To that end, the intention is that things like outgoing Webmention and WebSub are left to external tools. One such tool is Pushl to provide the notification conduit between Publ (or any other publishing system, static or dynamic!) and the various push infrastructure that is emerging around the IndieWeb.

As far as incoming Webmentions are concerned, most of that comes down to selecting whatever endpoint you want. There is already a rich ecosystem of Webmention endpoints that are available for use now (such as webmention.io), and there are a number of ways that you can display incoming mentions on a Publ site, such as using webmention.js or configuring your webmention endpoint to convert incoming webmentions into an entry attachment or the like.

As with ActivityPub, my long-term plans involve building native IndieWeb support as an additional module that’s designed to interoperate with Publ, as opposed to making it native built-in functionality (most likely making it part of the ActivityPub actor, since there is so much common functionality between them).

What about adding other functionality?

Being built in Flask, it is generally a simple matter to add additional routes to any Publ instance, by simply registering them with Publ’s routing rules. Any Flask-specific plugin or blueprint should Just Work out of the box, and building API endpoints that wrap existing libraries is quite straightforward.

This is of course not anything special to Publ.

Custom Flask endpoints can also make use of the internal Python API for querying and formatting entries.

What about having multuple Publ instances within a single running site?

Unfortunately, running multiple Publ instances within a single app server is not so straightforward. I haven’t found a good use case for multiple Publ sites conmingled in a single app server anyway; if you can think of one, feel free to open an issue and make your case for it!

That said, it’s straightforward to have different Publ instances for different subdomains or mount points (configured at the HTTP server level).

Do you have any importers from other blogging platforms?

If you want to convert a Movable Type blog’s content over, see mt2publ.

There currently aren’t any converters for other blogging systems, but since the entry file format is so simple, it shouldn’t be too difficult to write converters from other systems.

Deployment

Can this be used with Docker?

In principle, yes, although I haven’t personally investigated how to do that. Publ, like most Python apps, is intended to run in a Python virtual environment which already provides a decent level of deployment abstraction and portability, and if used with SQLite, it’s already pretty much self-contained. It also goes to great lengths to behave nicely in a shared cache, which scales far better (from a resource-utilization standpoint) than having a per-VM cache. As such, Docker support hasn’t been a priority for me.

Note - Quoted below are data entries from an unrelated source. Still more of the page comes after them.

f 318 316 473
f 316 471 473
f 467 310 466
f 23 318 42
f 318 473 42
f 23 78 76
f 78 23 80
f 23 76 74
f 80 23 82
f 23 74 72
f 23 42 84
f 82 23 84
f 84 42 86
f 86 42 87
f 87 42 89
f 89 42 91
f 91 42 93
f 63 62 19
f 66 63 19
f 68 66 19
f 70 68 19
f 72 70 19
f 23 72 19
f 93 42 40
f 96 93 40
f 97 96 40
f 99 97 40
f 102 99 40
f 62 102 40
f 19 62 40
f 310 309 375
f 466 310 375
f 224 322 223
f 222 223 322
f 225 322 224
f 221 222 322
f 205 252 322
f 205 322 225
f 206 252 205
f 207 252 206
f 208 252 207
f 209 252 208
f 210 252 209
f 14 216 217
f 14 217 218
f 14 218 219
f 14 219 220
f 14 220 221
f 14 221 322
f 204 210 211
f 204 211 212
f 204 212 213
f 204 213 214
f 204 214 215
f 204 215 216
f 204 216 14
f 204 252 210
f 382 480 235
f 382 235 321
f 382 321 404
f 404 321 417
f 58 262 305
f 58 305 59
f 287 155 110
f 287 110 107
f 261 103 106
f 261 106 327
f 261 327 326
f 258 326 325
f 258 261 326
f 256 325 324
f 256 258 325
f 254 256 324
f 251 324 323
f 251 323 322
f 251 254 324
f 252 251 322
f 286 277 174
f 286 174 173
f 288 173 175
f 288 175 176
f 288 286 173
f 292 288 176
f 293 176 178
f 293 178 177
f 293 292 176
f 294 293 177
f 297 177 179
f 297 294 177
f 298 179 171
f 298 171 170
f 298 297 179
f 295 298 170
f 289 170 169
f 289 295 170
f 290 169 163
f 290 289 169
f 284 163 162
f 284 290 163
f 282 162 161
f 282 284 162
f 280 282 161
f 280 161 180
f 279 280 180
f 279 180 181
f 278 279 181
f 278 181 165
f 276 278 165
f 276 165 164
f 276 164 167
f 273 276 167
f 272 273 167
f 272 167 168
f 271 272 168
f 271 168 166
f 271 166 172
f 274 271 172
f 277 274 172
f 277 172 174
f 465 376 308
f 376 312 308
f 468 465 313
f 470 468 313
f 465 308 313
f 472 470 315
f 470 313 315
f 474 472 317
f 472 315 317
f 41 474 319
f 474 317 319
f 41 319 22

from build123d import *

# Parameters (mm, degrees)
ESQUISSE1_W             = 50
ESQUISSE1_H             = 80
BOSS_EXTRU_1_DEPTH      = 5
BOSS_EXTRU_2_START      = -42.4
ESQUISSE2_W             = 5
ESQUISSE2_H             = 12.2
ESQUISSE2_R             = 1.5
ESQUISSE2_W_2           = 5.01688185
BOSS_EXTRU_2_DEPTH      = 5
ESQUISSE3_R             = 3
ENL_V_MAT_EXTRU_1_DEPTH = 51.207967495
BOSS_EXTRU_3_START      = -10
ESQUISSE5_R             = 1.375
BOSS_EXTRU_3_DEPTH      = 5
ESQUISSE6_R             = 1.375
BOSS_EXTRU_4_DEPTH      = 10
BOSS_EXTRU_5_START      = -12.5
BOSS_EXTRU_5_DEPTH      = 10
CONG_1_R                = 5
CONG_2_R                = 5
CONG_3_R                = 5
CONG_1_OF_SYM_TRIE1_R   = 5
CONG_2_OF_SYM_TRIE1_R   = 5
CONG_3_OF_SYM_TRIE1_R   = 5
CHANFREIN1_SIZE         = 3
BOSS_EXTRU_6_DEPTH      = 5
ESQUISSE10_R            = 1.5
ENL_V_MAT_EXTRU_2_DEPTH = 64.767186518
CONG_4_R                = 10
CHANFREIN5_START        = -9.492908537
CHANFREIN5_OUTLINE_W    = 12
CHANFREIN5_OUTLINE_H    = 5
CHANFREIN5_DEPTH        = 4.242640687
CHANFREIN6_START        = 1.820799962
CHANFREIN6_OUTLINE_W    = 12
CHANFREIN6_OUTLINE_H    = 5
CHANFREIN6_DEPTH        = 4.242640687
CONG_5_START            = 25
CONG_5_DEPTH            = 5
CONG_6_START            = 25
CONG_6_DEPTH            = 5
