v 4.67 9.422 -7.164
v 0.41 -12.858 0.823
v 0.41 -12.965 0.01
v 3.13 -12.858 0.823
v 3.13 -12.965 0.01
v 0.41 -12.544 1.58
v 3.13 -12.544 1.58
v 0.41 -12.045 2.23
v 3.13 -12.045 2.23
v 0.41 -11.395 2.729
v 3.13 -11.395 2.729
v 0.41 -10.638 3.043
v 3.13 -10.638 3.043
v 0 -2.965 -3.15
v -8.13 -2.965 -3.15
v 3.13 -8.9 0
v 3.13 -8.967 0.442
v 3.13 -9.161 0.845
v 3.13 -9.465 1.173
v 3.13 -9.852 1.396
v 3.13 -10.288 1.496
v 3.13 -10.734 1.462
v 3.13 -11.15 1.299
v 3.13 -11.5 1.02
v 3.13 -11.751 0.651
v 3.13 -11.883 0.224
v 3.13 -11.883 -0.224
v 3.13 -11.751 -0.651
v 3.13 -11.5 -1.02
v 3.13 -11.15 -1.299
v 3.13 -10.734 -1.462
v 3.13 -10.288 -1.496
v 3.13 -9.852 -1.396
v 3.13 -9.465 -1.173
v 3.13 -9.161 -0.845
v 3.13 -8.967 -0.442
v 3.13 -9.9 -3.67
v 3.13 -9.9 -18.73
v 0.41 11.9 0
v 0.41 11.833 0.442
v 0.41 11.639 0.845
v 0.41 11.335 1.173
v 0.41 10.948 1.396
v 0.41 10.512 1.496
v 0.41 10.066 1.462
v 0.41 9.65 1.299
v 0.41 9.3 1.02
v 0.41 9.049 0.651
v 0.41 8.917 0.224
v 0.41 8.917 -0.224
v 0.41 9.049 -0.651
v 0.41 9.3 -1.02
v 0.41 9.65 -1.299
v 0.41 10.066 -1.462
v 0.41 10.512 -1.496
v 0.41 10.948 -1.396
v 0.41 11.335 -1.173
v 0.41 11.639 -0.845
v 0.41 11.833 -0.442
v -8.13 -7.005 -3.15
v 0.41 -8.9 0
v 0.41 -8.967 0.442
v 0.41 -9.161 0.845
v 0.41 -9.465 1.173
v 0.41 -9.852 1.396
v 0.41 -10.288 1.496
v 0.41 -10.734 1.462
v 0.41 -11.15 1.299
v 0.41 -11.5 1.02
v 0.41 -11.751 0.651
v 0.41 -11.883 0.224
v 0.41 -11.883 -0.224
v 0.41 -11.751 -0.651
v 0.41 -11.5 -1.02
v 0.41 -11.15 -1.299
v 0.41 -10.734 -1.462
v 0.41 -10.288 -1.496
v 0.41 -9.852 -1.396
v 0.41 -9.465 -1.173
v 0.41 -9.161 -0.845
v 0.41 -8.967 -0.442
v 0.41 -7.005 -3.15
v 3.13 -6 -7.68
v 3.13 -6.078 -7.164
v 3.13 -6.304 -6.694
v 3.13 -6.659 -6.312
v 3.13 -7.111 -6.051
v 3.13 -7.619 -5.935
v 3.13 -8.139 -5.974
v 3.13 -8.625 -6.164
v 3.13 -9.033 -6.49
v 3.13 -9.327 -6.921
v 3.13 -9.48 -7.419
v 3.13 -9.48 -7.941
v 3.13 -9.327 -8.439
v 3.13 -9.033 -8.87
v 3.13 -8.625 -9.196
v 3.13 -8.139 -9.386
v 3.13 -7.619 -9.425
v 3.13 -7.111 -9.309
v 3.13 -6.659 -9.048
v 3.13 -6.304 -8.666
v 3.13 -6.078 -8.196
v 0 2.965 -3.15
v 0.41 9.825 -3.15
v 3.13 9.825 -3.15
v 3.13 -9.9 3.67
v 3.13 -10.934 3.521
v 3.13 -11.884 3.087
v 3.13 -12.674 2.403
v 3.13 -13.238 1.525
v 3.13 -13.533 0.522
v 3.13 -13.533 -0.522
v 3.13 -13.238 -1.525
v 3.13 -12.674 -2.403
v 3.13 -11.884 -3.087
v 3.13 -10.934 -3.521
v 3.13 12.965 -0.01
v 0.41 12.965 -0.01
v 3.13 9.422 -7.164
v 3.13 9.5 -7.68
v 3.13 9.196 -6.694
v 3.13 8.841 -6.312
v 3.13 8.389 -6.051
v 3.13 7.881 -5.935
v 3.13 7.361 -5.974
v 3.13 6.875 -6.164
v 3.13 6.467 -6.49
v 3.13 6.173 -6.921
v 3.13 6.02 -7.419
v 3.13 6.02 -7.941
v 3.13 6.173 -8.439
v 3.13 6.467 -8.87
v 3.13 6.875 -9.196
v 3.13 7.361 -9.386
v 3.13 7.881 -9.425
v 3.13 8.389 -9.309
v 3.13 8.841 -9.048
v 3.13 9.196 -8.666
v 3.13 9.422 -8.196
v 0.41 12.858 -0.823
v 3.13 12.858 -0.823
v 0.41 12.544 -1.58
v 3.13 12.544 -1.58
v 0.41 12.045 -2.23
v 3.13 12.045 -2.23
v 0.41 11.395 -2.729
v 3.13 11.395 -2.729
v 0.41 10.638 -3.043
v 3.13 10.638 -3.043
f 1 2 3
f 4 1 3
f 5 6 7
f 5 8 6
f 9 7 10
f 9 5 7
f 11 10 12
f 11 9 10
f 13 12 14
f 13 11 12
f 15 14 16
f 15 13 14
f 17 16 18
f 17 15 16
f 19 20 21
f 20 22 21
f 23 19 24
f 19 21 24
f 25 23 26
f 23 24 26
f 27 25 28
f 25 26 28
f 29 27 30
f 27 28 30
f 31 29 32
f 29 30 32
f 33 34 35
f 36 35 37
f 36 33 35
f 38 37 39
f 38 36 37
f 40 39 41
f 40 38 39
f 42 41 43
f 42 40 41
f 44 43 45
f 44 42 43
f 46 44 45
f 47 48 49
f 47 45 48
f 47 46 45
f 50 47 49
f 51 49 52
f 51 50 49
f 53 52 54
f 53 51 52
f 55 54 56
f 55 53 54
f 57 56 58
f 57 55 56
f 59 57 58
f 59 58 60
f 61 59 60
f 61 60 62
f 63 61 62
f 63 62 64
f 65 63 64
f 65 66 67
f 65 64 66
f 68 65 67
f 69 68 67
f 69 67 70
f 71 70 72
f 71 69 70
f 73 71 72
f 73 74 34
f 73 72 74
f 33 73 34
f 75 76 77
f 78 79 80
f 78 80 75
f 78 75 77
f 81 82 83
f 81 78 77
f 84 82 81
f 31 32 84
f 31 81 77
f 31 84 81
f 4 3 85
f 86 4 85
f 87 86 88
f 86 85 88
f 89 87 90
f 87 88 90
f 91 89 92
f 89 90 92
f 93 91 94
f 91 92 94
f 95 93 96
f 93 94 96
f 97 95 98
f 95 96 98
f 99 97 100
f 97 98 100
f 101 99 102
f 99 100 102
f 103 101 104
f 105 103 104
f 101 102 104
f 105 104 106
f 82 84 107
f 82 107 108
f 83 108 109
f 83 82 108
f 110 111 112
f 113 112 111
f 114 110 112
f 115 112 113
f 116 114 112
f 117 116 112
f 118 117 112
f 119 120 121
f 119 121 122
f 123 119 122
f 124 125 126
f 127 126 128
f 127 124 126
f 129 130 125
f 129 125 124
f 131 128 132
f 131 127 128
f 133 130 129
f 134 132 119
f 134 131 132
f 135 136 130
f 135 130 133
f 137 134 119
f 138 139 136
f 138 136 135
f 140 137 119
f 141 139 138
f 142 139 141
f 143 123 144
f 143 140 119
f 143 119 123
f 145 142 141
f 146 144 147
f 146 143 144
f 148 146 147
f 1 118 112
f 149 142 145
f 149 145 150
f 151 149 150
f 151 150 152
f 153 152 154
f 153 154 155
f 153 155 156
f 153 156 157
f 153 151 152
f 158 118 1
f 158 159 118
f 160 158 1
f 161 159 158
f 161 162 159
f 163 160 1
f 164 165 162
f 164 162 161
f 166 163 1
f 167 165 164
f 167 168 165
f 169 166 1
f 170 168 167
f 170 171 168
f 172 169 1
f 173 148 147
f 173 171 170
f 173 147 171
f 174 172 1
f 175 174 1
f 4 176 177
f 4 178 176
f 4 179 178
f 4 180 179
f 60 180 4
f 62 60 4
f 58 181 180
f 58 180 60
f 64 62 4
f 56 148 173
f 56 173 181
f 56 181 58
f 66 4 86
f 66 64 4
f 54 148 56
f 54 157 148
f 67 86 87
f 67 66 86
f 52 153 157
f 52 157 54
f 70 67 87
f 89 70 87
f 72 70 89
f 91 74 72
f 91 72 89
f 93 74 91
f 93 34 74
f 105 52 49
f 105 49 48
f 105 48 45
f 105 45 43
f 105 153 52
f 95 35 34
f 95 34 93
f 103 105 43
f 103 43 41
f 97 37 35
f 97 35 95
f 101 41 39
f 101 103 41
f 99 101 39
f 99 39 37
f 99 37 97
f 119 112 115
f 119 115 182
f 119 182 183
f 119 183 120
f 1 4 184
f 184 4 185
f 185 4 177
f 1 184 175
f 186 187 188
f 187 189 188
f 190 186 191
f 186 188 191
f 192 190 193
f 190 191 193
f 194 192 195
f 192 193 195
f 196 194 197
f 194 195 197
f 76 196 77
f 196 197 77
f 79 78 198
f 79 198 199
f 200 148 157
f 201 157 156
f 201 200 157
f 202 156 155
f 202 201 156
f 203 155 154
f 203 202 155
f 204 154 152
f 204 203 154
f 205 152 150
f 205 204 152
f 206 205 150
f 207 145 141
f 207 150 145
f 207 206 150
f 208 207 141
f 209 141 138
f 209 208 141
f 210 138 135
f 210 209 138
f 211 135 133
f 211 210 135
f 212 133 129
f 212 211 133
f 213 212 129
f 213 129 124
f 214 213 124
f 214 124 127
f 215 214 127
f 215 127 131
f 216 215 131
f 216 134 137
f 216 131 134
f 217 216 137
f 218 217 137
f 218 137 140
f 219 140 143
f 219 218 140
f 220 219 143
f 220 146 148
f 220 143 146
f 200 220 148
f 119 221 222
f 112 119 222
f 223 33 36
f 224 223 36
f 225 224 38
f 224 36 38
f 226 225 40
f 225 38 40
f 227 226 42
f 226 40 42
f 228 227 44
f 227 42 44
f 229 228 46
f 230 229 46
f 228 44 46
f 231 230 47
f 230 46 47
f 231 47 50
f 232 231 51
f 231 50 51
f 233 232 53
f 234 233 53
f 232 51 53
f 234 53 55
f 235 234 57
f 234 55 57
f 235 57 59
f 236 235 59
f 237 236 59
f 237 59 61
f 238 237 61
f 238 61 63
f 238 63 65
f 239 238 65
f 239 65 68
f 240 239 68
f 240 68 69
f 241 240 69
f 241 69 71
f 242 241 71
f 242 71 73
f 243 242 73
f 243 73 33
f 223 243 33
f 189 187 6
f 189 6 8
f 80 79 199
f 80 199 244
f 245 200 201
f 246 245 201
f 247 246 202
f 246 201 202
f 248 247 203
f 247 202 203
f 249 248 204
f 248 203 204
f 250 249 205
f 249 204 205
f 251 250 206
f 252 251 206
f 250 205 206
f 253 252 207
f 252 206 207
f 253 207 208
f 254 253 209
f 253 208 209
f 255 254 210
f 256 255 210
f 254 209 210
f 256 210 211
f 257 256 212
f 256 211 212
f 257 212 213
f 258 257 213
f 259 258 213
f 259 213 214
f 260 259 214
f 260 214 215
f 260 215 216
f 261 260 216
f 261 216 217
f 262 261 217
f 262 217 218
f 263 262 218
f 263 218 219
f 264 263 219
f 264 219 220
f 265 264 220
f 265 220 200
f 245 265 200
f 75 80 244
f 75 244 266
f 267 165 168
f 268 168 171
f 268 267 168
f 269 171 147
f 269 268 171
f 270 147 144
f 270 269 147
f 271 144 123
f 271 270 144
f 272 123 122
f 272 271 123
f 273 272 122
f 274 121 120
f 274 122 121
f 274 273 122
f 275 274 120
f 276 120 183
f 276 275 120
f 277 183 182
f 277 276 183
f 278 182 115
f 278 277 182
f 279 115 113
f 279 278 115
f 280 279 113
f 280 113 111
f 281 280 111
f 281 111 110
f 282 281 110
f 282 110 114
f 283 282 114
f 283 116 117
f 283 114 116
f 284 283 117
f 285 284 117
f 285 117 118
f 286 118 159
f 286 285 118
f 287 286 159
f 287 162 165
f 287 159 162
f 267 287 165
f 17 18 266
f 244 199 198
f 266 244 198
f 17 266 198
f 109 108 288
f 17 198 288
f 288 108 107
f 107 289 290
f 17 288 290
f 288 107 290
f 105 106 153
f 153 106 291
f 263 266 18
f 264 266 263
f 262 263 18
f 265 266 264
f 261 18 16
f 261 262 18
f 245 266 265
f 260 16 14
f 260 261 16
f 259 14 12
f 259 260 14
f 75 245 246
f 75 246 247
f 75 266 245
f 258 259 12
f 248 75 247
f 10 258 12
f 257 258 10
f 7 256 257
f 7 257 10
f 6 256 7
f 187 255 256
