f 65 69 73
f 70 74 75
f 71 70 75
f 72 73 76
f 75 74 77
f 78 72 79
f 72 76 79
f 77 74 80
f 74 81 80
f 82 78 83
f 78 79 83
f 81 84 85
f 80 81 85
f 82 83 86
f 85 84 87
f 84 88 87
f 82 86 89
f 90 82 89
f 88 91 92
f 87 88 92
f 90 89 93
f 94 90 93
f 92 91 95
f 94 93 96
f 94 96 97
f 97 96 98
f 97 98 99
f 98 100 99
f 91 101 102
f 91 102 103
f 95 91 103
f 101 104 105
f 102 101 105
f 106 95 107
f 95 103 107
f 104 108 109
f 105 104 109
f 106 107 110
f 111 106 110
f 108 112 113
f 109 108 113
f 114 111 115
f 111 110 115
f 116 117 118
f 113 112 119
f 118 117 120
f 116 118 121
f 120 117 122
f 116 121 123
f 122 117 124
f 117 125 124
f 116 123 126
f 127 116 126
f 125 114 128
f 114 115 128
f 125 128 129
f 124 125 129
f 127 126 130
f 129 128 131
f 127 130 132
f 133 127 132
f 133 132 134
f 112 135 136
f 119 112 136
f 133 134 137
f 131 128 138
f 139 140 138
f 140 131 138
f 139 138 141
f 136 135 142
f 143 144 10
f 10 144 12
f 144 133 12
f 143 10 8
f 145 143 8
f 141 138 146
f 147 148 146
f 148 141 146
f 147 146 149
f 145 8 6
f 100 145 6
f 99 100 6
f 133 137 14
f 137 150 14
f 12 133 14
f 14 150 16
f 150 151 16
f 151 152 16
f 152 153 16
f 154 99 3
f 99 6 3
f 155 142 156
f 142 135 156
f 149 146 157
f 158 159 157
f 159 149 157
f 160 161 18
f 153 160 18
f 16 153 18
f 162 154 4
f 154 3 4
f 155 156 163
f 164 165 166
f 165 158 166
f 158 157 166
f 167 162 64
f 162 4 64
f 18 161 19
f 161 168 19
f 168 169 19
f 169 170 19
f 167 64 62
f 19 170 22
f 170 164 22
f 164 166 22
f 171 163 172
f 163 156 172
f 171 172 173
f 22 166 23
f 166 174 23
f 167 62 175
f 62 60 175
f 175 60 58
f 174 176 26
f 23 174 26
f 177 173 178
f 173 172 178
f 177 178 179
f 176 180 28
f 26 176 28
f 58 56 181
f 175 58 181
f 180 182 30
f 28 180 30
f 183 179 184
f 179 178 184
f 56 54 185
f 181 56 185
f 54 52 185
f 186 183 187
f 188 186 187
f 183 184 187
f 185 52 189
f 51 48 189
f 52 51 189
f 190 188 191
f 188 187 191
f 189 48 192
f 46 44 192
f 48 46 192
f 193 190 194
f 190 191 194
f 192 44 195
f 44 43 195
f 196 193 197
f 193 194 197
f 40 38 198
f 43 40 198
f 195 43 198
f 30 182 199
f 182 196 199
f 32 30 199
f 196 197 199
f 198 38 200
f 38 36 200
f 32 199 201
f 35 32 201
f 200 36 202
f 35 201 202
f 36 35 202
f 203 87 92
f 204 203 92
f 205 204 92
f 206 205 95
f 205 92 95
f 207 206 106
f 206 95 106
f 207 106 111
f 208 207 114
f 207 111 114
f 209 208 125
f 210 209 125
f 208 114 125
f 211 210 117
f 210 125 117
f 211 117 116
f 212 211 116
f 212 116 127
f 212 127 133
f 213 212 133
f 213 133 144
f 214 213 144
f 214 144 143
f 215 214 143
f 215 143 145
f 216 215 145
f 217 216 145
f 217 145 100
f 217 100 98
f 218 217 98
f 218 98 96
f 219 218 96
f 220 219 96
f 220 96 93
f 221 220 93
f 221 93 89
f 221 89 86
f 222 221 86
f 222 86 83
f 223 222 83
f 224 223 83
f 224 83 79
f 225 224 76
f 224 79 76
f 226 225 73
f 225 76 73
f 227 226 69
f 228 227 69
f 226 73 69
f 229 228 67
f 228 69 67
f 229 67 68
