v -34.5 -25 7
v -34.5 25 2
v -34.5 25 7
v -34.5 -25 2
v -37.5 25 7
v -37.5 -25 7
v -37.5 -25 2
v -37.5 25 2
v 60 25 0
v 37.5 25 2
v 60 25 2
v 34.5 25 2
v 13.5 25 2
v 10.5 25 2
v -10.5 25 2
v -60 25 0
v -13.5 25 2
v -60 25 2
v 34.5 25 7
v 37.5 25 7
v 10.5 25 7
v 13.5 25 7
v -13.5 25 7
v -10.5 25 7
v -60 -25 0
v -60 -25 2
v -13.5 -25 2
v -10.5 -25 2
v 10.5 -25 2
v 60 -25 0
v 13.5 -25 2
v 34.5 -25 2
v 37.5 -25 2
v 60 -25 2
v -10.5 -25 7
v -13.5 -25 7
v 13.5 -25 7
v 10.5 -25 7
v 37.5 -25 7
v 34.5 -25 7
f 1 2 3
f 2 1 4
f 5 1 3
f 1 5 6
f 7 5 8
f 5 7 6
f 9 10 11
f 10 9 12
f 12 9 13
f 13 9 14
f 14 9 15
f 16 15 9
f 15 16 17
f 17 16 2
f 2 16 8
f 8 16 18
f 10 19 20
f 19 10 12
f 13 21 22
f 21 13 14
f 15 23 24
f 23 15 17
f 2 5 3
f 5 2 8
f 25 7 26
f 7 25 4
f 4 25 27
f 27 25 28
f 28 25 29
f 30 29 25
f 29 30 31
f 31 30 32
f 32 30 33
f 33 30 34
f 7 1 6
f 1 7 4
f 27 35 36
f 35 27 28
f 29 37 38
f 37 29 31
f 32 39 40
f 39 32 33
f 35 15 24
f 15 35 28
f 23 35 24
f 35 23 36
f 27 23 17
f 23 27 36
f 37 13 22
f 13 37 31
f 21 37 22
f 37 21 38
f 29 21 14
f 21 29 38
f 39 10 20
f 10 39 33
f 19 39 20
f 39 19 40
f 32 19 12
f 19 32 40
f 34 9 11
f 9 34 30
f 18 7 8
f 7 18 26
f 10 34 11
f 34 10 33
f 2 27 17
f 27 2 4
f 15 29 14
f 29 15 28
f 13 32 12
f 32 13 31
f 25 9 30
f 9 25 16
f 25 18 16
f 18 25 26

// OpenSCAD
// Stiffened cover panel
// Flat plate with 4 transverse ribs dividing the length into 5 equal bays

// ---- Plate ----
plate_len   = 120;   // plate length along X (mm)
plate_wid   = 50;    // plate width along Y (mm)
plate_t     = 2;     // plate thickness (mm), z = 0 to 2

// ---- Ribs ----
rib_count   = 4;     // number of ribs
rib_t       = 3;     // rib thickness along X (mm)
rib_h       = 5;     // rib height above plate (mm), z = 2 to 7
rib_pitch   = plate_len / (rib_count + 1);  // centre spacing = 24 mm
overlap     = 0.01;  // small overlap into plate so the union fuses cleanly

$fn = 64;

union() {
    // Base plate, centred in X and Y, resting on z = 0
    translate([-plate_len/2, -plate_wid/2, 0])
        cube([plate_len, plate_wid, plate_t]);

    // Ribs: centres at -36, -12, 12, 36 mm (24 mm from each end, 24 mm apart)
    for (i = [1 : rib_count]) {
        x_c = -plate_len/2 + i * rib_pitch;
        translate([x_c - rib_t/2, -plate_wid/2, plate_t - overlap])
            cube([rib_t, plate_wid, rib_h + overlap]);
    }
}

However, I do understand the appeal to Docker for configuration and deployment management purposes, and I would not turn away an appropriate deployment guide, ideally with a sample Dockerfile.

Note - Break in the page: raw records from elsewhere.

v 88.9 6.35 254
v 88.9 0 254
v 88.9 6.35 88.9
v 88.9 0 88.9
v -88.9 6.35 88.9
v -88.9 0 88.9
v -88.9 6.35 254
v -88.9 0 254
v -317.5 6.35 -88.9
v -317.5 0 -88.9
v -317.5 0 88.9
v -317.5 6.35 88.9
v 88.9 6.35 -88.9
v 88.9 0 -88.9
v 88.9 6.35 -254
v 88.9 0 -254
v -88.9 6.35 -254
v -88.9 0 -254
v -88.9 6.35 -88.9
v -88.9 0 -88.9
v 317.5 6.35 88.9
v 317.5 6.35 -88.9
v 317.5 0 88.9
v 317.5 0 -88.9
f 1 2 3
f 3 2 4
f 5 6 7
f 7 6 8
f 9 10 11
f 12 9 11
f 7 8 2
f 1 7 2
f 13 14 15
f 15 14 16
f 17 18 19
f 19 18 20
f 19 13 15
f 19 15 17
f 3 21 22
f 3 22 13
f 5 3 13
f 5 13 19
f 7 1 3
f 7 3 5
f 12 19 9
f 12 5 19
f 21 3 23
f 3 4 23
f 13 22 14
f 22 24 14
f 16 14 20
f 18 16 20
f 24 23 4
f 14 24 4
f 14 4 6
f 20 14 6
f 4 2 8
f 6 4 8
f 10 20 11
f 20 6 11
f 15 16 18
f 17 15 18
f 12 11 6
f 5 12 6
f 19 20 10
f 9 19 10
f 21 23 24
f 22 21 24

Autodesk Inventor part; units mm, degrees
ref_plane "YZ Plane" through (0, 0, 0) normal (1, 0, 0) x (0, 1, 0)
ref_plane "XZ Plane" through (0, 0, 0) normal (0, 1, 0) x (-1, 0, 0)
ref_plane "XY Plane" through (0, 0, 0) normal (0, 0, 1) x (1, 0, 0)
sketch "Sketch1" plane through (0, 0, 0) normal (0, 1, 0) x (-1, 0, 0)
  line L0 (88.9, 254) -> (-88.9, 254)
  line L1 (-88.9, -254) -> (88.9, -254)
  line L2 (0, -266.7) -> (0, 266.7) projected
  line L3 (-444.5, 0) -> (444.5, 0) projected
  line L4 (88.9, -88.9) -> (317.5, -88.9)
  line L5 (317.5, -88.9) -> (317.5, 88.9)
  line L6 (317.5, 88.9) -> (88.9, 88.9)
  line L7 (-88.9, 88.9) -> (-317.5, 88.9)
  line L8 (-317.5, 88.9) -> (-317.5, -88.9)
  line L9 (-317.5, -88.9) -> (-88.9, -88.9)
  line L10 (88.9, -254) -> (88.9, -88.9)
  line L11 (88.9, 88.9) -> (88.9, 254)
  line L12 (-88.9, 254) -> (-88.9, 88.9)
  line L13 (-88.9, -88.9) -> (-88.9, -254)
  line L14 (88.9, -88.9) -> (88.9, 88.9)
  line L15 (-88.9, -88.9) -> (-88.9, 88.9)
  line L16 (88.9, -88.9) -> (-88.9, -88.9)
  line L17 (-88.9, 88.9) -> (88.9, 88.9)
  point P0 (0, 0)
  dimension "d1" = 177.8
  dimension "d5" = 177.8
  dimension "d6" = 635
  dimension "d7" = 508
extrude "Extrusion1" add sketch "Sketch1" along normal blind 6.35
equation "\"d1\" = Height"
equation "\"d5\" = Width"
equation "\"d6\" = HLength"
equation "\"d7\" = WLength"
equation "\"HLength\" = 635"
equation "\"Height\" = 177.8"
equation "\"Width\" = 177.8"
equation "\"WLength\" = 508"
properties part number "Electronics Board"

(If you do write one, please have a version where the content/ directory is external and not a part of the build!)

How can I help out?

Glad you asked!

Where I could use the most help right now:

Building example templates/themes for people to use
Improving the documentation for everything (in particular there needs to be some sort of “quick start” guide to get people going with writing/using templates, and explaining how the heck to use Publ in the first place!)
Improving the code quality, especially where automated testing is concerned
Making the Publ site itself prettier and more informative, both in terms of feature demonstration and documentation quality
Writing more converters for other blog platforms

I also have a rather large list of to-do items, most of which are low priority for me. But if there’s something you want to help on, please, by all means, do so!